*** Data for analysis Section Begins ***

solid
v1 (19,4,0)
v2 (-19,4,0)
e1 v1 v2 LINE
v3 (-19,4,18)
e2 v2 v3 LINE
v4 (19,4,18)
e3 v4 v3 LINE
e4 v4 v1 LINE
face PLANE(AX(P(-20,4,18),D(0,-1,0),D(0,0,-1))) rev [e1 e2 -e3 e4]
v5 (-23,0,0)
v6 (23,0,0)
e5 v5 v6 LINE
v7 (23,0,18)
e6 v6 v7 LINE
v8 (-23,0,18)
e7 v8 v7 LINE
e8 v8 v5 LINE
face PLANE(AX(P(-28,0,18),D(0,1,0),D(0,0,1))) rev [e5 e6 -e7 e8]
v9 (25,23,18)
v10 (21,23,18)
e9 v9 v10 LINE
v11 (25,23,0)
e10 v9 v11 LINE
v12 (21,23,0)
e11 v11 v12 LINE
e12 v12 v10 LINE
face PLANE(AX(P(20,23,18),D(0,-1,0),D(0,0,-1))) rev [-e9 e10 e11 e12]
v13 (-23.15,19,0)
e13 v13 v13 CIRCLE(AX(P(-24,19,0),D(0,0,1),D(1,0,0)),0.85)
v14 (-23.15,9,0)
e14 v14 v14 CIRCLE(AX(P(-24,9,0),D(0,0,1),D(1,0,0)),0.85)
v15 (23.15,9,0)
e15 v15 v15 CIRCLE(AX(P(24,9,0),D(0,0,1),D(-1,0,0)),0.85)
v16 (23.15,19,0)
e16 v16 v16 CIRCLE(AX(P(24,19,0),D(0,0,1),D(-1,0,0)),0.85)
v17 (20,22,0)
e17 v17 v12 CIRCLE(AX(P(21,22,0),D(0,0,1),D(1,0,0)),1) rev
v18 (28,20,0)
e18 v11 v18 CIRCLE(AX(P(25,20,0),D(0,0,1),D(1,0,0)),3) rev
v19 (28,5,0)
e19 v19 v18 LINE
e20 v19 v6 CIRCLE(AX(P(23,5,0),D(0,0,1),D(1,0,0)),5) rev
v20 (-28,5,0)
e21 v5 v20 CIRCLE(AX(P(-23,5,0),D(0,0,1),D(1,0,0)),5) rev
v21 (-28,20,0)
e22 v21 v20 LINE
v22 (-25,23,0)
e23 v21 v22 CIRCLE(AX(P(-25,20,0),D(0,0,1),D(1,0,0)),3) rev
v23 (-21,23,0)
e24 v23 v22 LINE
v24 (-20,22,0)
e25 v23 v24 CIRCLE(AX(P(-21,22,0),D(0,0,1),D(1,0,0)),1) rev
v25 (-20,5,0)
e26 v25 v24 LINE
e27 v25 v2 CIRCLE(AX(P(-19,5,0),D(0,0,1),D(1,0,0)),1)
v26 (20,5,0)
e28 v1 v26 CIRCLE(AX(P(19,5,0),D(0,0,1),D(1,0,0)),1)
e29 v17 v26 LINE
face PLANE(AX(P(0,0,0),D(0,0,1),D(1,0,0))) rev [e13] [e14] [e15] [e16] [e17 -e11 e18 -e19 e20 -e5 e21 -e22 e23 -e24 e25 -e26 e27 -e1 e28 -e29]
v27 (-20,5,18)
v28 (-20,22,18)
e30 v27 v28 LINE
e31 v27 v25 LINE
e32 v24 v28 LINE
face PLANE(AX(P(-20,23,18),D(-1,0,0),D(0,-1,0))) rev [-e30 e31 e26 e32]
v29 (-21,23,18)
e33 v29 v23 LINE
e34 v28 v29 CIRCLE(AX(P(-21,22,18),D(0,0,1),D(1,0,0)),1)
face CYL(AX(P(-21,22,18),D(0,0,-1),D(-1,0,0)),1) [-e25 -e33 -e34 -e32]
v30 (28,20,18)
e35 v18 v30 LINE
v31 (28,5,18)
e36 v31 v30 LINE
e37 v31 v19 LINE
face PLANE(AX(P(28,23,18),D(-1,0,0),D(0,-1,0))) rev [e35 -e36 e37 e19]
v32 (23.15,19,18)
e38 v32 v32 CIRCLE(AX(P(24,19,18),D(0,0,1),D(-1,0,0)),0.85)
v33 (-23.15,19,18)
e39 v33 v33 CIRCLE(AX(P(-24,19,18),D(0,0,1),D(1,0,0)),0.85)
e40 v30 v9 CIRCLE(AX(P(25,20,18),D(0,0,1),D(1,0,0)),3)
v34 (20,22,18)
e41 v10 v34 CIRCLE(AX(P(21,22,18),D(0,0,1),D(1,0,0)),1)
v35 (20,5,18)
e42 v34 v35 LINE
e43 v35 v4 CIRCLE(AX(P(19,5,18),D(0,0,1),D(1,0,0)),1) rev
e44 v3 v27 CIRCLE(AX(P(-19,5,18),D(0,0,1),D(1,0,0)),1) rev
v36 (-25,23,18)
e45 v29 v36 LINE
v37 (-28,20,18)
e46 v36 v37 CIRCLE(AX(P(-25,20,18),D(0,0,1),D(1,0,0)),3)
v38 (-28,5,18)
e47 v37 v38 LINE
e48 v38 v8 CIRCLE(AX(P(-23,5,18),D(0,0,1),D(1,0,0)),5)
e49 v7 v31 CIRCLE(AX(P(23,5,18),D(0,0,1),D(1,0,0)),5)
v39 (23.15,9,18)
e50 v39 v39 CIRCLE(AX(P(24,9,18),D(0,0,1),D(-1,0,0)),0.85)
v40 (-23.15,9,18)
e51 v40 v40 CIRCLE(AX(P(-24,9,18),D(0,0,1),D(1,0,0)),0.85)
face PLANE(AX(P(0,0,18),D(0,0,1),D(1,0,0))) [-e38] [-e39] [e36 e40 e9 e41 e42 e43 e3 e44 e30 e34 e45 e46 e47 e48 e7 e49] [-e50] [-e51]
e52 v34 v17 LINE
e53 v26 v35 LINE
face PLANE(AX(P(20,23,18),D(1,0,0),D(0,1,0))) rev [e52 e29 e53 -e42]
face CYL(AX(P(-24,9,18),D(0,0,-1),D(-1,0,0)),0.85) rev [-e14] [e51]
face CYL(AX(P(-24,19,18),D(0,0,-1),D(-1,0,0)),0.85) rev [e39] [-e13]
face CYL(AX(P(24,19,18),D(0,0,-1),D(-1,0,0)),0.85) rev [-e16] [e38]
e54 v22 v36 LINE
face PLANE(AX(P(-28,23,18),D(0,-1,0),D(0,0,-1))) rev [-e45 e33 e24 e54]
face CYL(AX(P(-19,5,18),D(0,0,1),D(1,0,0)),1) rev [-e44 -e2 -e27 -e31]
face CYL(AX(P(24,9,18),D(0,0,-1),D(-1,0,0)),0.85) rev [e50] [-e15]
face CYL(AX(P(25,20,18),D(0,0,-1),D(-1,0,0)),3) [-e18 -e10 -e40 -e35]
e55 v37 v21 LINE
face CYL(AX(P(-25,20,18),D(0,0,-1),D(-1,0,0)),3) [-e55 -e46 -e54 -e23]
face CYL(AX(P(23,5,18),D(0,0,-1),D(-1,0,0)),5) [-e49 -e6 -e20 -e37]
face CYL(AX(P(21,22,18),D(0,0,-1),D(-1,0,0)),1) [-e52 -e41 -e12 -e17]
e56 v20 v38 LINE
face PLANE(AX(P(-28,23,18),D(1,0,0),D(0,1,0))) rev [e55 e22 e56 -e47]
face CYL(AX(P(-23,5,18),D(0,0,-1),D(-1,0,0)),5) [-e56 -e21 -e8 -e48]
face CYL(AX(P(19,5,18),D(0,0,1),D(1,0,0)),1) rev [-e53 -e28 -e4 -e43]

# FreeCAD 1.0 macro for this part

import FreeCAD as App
import Part
import Sketcher
from FreeCAD import Vector
Q = App.Units.Quantity


def edges_at(feature, points):
    """Names of the edges that pass closest to the given points."""
    edges = feature.Shape.Edges
    near = lambda p: min(range(len(edges)), key=lambda i: edges[i].distToShape(Part.Vertex(*p))[0])
    return sorted({f"Edge{near(p) + 1}" for p in points})

doc = App.newDocument("Part")
body = doc.addObject("PartDesign::Body", "Body")

sketch1 = body.newObject("Sketcher::SketchObject", "Sketch")
sketch1.AttachmentSupport = (doc.getObject("XY_Plane"), [""])
sketch1.MapMode = "FlatFace"
sketch1.addGeometry([
    Part.LineSegment(Vector(28, 23, 0), Vector(20, 23, 0)),
    Part.LineSegment(Vector(20, 23, 0), Vector(20, 4, 0)),
    Part.LineSegment(Vector(20, 4, 0), Vector(-20, 4, 0)),
    Part.LineSegment(Vector(-20, 4, 0), Vector(-20, 23, 0)),
    Part.LineSegment(Vector(-20, 23, 0), Vector(-28, 23, 0)),
    Part.LineSegment(Vector(-28, 23, 0), Vector(-28, 0, 0)),
    Part.LineSegment(Vector(-28, 0, 0), Vector(28, 0, 0)),
    Part.LineSegment(Vector(28, 0, 0), Vector(28, 23, 0)),
    Part.Circle(Vector(24, 9, 0), Vector(0, 0, 1), 0.8),
    Part.Circle(Vector(-24, 9, 0), Vector(0, 0, 1), 0.8),
    Part.Circle(Vector(24, 19, 0), Vector(0, 0, 1), 0.8),
    Part.Circle(Vector(-24, 19, 0), Vector(0, 0, 1), 0.8),
], False)
sketch1.addConstraint([
    Sketcher.Constraint("Coincident", 0, 2, 1, 1),
    Sketcher.Constraint("Coincident", 1, 2, 2, 1),
    Sketcher.Constraint("Coincident", 2, 2, 3, 1),
    Sketcher.Constraint("Coincident", 3, 2, 4, 1),
    Sketcher.Constraint("Coincident", 4, 2, 5, 1),
    Sketcher.Constraint("Coincident", 5, 2, 6, 1),
    Sketcher.Constraint("Coincident", 6, 2, 7, 1),
    Sketcher.Constraint("Coincident", 7, 2, 0, 1),
    Sketcher.Constraint("Horizontal", 0),
    Sketcher.Constraint("Vertical", 1),
    Sketcher.Constraint("Horizontal", 2),
    Sketcher.Constraint("Vertical", 3),
    Sketcher.Constraint("Horizontal", 4),
    Sketcher.Constraint("Vertical", 5),
    Sketcher.Constraint("Horizontal", 6),
    Sketcher.Constraint("Vertical", 7),
    Sketcher.Constraint("Equal", 8, 9),
    Sketcher.Constraint("Equal", 9, 10),
    Sketcher.Constraint("Equal", 10, 11),
    Sketcher.Constraint("Symmetric", 5, 2, 6, 2, -1, 1),
    Sketcher.Constraint("Symmetric", 8, 3, 9, 3, -2),
    Sketcher.Constraint("Symmetric", 10, 3, 11, 3, -2),
    Sketcher.Constraint("Symmetric", 0, 2, 3, 2, -2),
    Sketcher.Constraint("Vertical", 8, 3, 10, 3),
    Sketcher.Constraint("Diameter", 8, Q("1.7 mm")),
    Sketcher.Constraint("DistanceX", 0, 2, 0, 1, Q("8 mm")),
    Sketcher.Constraint("DistanceX", 2, 2, 2, 1, Q("40 mm")),
    Sketcher.Constraint("DistanceY", 1, 2, 1, 1, Q("19 mm")),
    Sketcher.Constraint("DistanceY", 5, 2, 5, 1, Q("23 mm")),
    Sketcher.Constraint("DistanceX", -1, 1, 8, 3, Q("24 mm")),
    Sketcher.Constraint("DistanceY", -1, 1, 8, 3, Q("9 mm")),
    Sketcher.Constraint("DistanceY", -1, 1, 10, 3, Q("19 mm")),
])
pad1 = body.newObject("PartDesign::Pad", "Pad")
pad1.Profile = sketch1
pad1.Length = 18
doc.recompute()

fillet = body.newObject("PartDesign::Fillet", "Fillet")
fillet.Base = (pad1, edges_at(pad1, [
    (-20, 23, 9),
    (-20, 4, 9),
    (20, 4, 9),
    (20, 23, 9),
]))
fillet.Radius = 1
doc.recompute()

fillet2 = body.newObject("PartDesign::Fillet", "Fillet001")
fillet2.Base = (fillet, edges_at(fillet, [(-28, 23, 9), (28, 23, 9)]))
fillet2.Radius = 3
doc.recompute()

fillet3 = body.newObject("PartDesign::Fillet", "Fillet002")
fillet3.Base = (fillet2, edges_at(fillet2, [(28, 0, 9), (-28, 0, 9)]))
fillet3.Radius = 5

doc.recompute()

*** Data for analysis Section Ends ***

**What you need to do**
Output the lines above exactly, but only those between the line holding "v23 (-21,23,0)" and the line holding "e37 v31 v19 LINE", inclusive.

**Response box**
v23 (-21,23,0)
e24 v23 v22 LINE
v24 (-20,22,0)
e25 v23 v24 CIRCLE(AX(P(-21,22,0),D(0,0,1),D(1,0,0)),1) rev
v25 (-20,5,0)
e26 v25 v24 LINE
e27 v25 v2 CIRCLE(AX(P(-19,5,0),D(0,0,1),D(1,0,0)),1)
v26 (20,5,0)
e28 v1 v26 CIRCLE(AX(P(19,5,0),D(0,0,1),D(1,0,0)),1)
e29 v17 v26 LINE
face PLANE(AX(P(0,0,0),D(0,0,1),D(1,0,0))) rev [e13] [e14] [e15] [e16] [e17 -e11 e18 -e19 e20 -e5 e21 -e22 e23 -e24 e25 -e26 e27 -e1 e28 -e29]
v27 (-20,5,18)
v28 (-20,22,18)
e30 v27 v28 LINE
e31 v27 v25 LINE
e32 v24 v28 LINE
face PLANE(AX(P(-20,23,18),D(-1,0,0),D(0,-1,0))) rev [-e30 e31 e26 e32]
v29 (-21,23,18)
e33 v29 v23 LINE
e34 v28 v29 CIRCLE(AX(P(-21,22,18),D(0,0,1),D(1,0,0)),1)
face CYL(AX(P(-21,22,18),D(0,0,-1),D(-1,0,0)),1) [-e25 -e33 -e34 -e32]
v30 (28,20,18)
e35 v18 v30 LINE
v31 (28,5,18)
e36 v31 v30 LINE
e37 v31 v19 LINE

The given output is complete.